# [What this task involves]
Would you output the entries below only from the line containing "1) x (1, 0, 0)" through the line containing "line L8 (55, -37.5) -> (-55, -37.5)", exactly as they stand and with both ends included?

::::

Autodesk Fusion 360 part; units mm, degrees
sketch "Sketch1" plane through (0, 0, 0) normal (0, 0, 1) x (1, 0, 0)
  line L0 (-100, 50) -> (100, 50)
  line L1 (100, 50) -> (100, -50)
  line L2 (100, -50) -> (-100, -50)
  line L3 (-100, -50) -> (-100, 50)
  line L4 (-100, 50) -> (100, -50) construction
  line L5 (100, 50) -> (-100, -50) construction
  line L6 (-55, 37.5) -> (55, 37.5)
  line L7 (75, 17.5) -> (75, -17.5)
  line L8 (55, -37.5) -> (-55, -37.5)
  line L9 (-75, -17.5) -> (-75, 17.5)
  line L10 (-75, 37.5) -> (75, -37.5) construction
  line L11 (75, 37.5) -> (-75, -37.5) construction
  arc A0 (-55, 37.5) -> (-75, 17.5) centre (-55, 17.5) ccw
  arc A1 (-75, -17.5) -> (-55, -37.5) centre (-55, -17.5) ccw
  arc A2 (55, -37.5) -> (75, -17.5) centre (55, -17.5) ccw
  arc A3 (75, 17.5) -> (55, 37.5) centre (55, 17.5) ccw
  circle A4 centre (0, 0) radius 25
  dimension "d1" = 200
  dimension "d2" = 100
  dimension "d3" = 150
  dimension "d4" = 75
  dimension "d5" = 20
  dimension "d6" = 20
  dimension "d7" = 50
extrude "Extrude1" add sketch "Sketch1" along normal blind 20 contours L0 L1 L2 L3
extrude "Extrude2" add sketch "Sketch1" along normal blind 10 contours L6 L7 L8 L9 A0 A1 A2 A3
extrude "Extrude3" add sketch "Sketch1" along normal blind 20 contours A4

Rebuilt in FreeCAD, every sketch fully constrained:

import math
import FreeCAD as App
import Part
import Sketcher
from FreeCAD import Vector
Q = App.Units.Quantity

doc = App.newDocument("Part")
body = doc.addObject("PartDesign::Body", "Body")

# Sketch on XY plane
sketch1 = body.newObject("Sketcher::SketchObject", "Sketch")
sketch1.AttachmentSupport = (doc.getObject("XY_Plane"), [""])
sketch1.MapMode = "FlatFace"
sketch1.addGeometry([
    Part.LineSegment(Vector(100, 50, 0), Vector(-100, 50, 0)),  # 0
    Part.LineSegment(Vector(-100, 50, 0), Vector(-100, -50, 0)),  # 1
    Part.LineSegment(Vector(-100, -50, 0), Vector(100, -50, 0)),  # 2
    Part.LineSegment(Vector(100, -50, 0), Vector(100, 50, 0)),  # 3
    Part.ArcOfCircle(Part.Circle(Vector(-55, 18, 0), Vector(0, 0, 1), 20), math.radians(90), math.radians(180)),  # 4
    Part.LineSegment(Vector(-55, 38, 0), Vector(55, 38, 0)),  # 5
    Part.ArcOfCircle(Part.Circle(Vector(55, 18, 0), Vector(0, 0, 1), 20), math.radians(0), math.radians(90)),  # 6
    Part.LineSegment(Vector(75, 18, 0), Vector(75, -18, 0)),  # 7
    Part.ArcOfCircle(Part.Circle(Vector(55, -18, 0), Vector(0, 0, 1), 20), math.radians(-90), math.radians(0)),  # 8
    Part.LineSegment(Vector(55, -38, 0), Vector(-55, -38, 0)),  # 9
    Part.ArcOfCircle(Part.Circle(Vector(-55, -18, 0), Vector(0, 0, 1), 20), math.radians(180), math.radians(270)),  # 10
    Part.LineSegment(Vector(-75, -18, 0), Vector(-75, 18, 0)),  # 11
], False)
sketch1.addConstraint([
    Sketcher.Constraint("Coincident", 0, 2, 1, 1),
    Sketcher.Constraint("Coincident", 1, 2, 2, 1),
    Sketcher.Constraint("Coincident", 2, 2, 3, 1),
    Sketcher.Constraint("Coincident", 3, 2, 0, 1),
    Sketcher.Constraint("Tangent", 4, 1, 5, 1),
    Sketcher.Constraint("Tangent", 5, 2, 6, 2),
    Sketcher.Constraint("Tangent", 6, 1, 7, 1),
    Sketcher.Constraint("Tangent", 7, 2, 8, 2),
    Sketcher.Constraint("Tangent", 8, 1, 9, 1),
    Sketcher.Constraint("Tangent", 9, 2, 10, 2),
    Sketcher.Constraint("Tangent", 10, 1, 11, 1),
    Sketcher.Constraint("Tangent", 11, 2, 4, 2),
    Sketcher.Constraint("Horizontal", 0),
    Sketcher.Constraint("Vertical", 1),
    Sketcher.Constraint("Horizontal", 2),
    Sketcher.Constraint("Vertical", 3),
    Sketcher.Constraint("Horizontal", 5),
    Sketcher.Constraint("Vertical", 7),
    Sketcher.Constraint("Horizontal", 9),
    Sketcher.Constraint("Vertical", 11),
    Sketcher.Constraint("Equal", 4, 6),
    Sketcher.Constraint("Equal", 6, 8),
    Sketcher.Constraint("Equal", 8, 10),
    Sketcher.Constraint("Symmetric", 4, 3, 8, 3, -1, 1),
    Sketcher.Constraint("Symmetric", 0, 2, 2, 2, -1, 1),
    Sketcher.Constraint("Radius", 4, Q("20 mm")),
    Sketcher.Constraint("DistanceX", 0, 2, 0, 1, Q("200 mm")),
    Sketcher.Constraint("DistanceY", 1, 2, 1, 1, Q("100 mm")),
    Sketcher.Constraint("DistanceX", -1, 1, 6, 1, Q("75 mm")),
    Sketcher.Constraint("DistanceY", 9, 2, 4, 1, Q("75 mm")),
])
pad1 = body.newObject("PartDesign::Pad", "Pad")
pad1.Profile = sketch1
pad1.Length = 20

# Sketch on XY plane
sketch2 = body.newObject("Sketcher::SketchObject", "Sketch001")
sketch2.AttachmentSupport = (doc.getObject("XY_Plane"), [""])
sketch2.MapMode = "FlatFace"
sketch2.addGeometry([
    Part.LineSegment(Vector(55, 38, 0), Vector(-55, 38, 0)),  # 0
    Part.ArcOfCircle(Part.Circle(Vector(-55, 18, 0), Vector(0, 0, 1), 20), math.radians(90), math.radians(180)),  # 1
    Part.LineSegment(Vector(-75, 18, 0), Vector(-75, -18, 0)),  # 2
    Part.ArcOfCircle(Part.Circle(Vector(-55, -18, 0), Vector(0, 0, 1), 20), math.radians(180), math.radians(270)),  # 3
    Part.LineSegment(Vector(-55, -38, 0), Vector(55, -38, 0)),  # 4
    Part.ArcOfCircle(Part.Circle(Vector(55, -18, 0), Vector(0, 0, 1), 20), math.radians(-90), math.radians(0)),  # 5
    Part.LineSegment(Vector(75, -18, 0), Vector(75, 18, 0)),  # 6
    Part.ArcOfCircle(Part.Circle(Vector(55, 18, 0), Vector(0, 0, 1), 20), math.radians(0), math.radians(90)),  # 7
    Part.Circle(Vector(0, 0, 0), Vector(0, 0, 1), 25),  # 8
], False)
sketch2.addConstraint([
    Sketcher.Constraint("Tangent", 0, 2, 1, 1),
    Sketcher.Constraint("Tangent", 1, 2, 2, 1),
    Sketcher.Constraint("Tangent", 2, 2, 3, 1),
    Sketcher.Constraint("Tangent", 3, 2, 4, 1),
    Sketcher.Constraint("Tangent", 4, 2, 5, 1),
    Sketcher.Constraint("Tangent", 5, 2, 6, 1),
    Sketcher.Constraint("Tangent", 6, 2, 7, 1),
    Sketcher.Constraint("Tangent", 7, 2, 0, 1),
    Sketcher.Constraint("Horizontal", 0),
    Sketcher.Constraint("Vertical", 2),
    Sketcher.Constraint("Horizontal", 4),
    Sketcher.Constraint("Vertical", 6),
    Sketcher.Constraint("Coincident", 8, 3, -1, 1),
    Sketcher.Constraint("Equal", 1, 3),
    Sketcher.Constraint("Equal", 3, 5),
    Sketcher.Constraint("Equal", 5, 7),
    Sketcher.Constraint("Symmetric", 1, 3, 5, 3, -1, 1),
    Sketcher.Constraint("Diameter", 8, Q("50 mm")),
    Sketcher.Constraint("Radius", 1, Q("20 mm")),
    Sketcher.Constraint("DistanceX", 1, 2, -1, 1, Q("75 mm")),
    Sketcher.Constraint("DistanceY", 2, 2, 2, 1, Q("35 mm")),
])
pad2 = body.newObject("PartDesign::Pad", "Pad001")
pad2.Profile = sketch2
pad2.Length = 10

# Sketch on XY plane
sketch3 = body.newObject("Sketcher::SketchObject", "Sketch002")
sketch3.AttachmentSupport = (doc.getObject("XY_Plane"), [""])
sketch3.MapMode = "FlatFace"
sketch3.addGeometry(Part.Circle(Vector(0, 0, 0), Vector(0, 0, 1), 25), False)
sketch3.addConstraint([
    Sketcher.Constraint("Coincident", 0, 3, -1, 1),
    Sketcher.Constraint("Diameter", 0, Q("50 mm")),
])
pad3 = body.newObject("PartDesign::Pad", "Pad002")
pad3.Profile = sketch3
pad3.Length = 20

doc.recompute()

::::

# [Response to the exercise]
sketch "Sketch1" plane through (0, 0, 0) normal (0, 0, 1) x (1, 0, 0)
  line L0 (-100, 50) -> (100, 50)
  line L1 (100, 50) -> (100, -50)
  line L2 (100, -50) -> (-100, -50)
  line L3 (-100, -50) -> (-100, 50)
  line L4 (-100, 50) -> (100, -50) construction
  line L5 (100, 50) -> (-100, -50) construction
  line L6 (-55, 37.5) -> (55, 37.5)
  line L7 (75, 17.5) -> (75, -17.5)
  line L8 (55, -37.5) -> (-55, -37.5)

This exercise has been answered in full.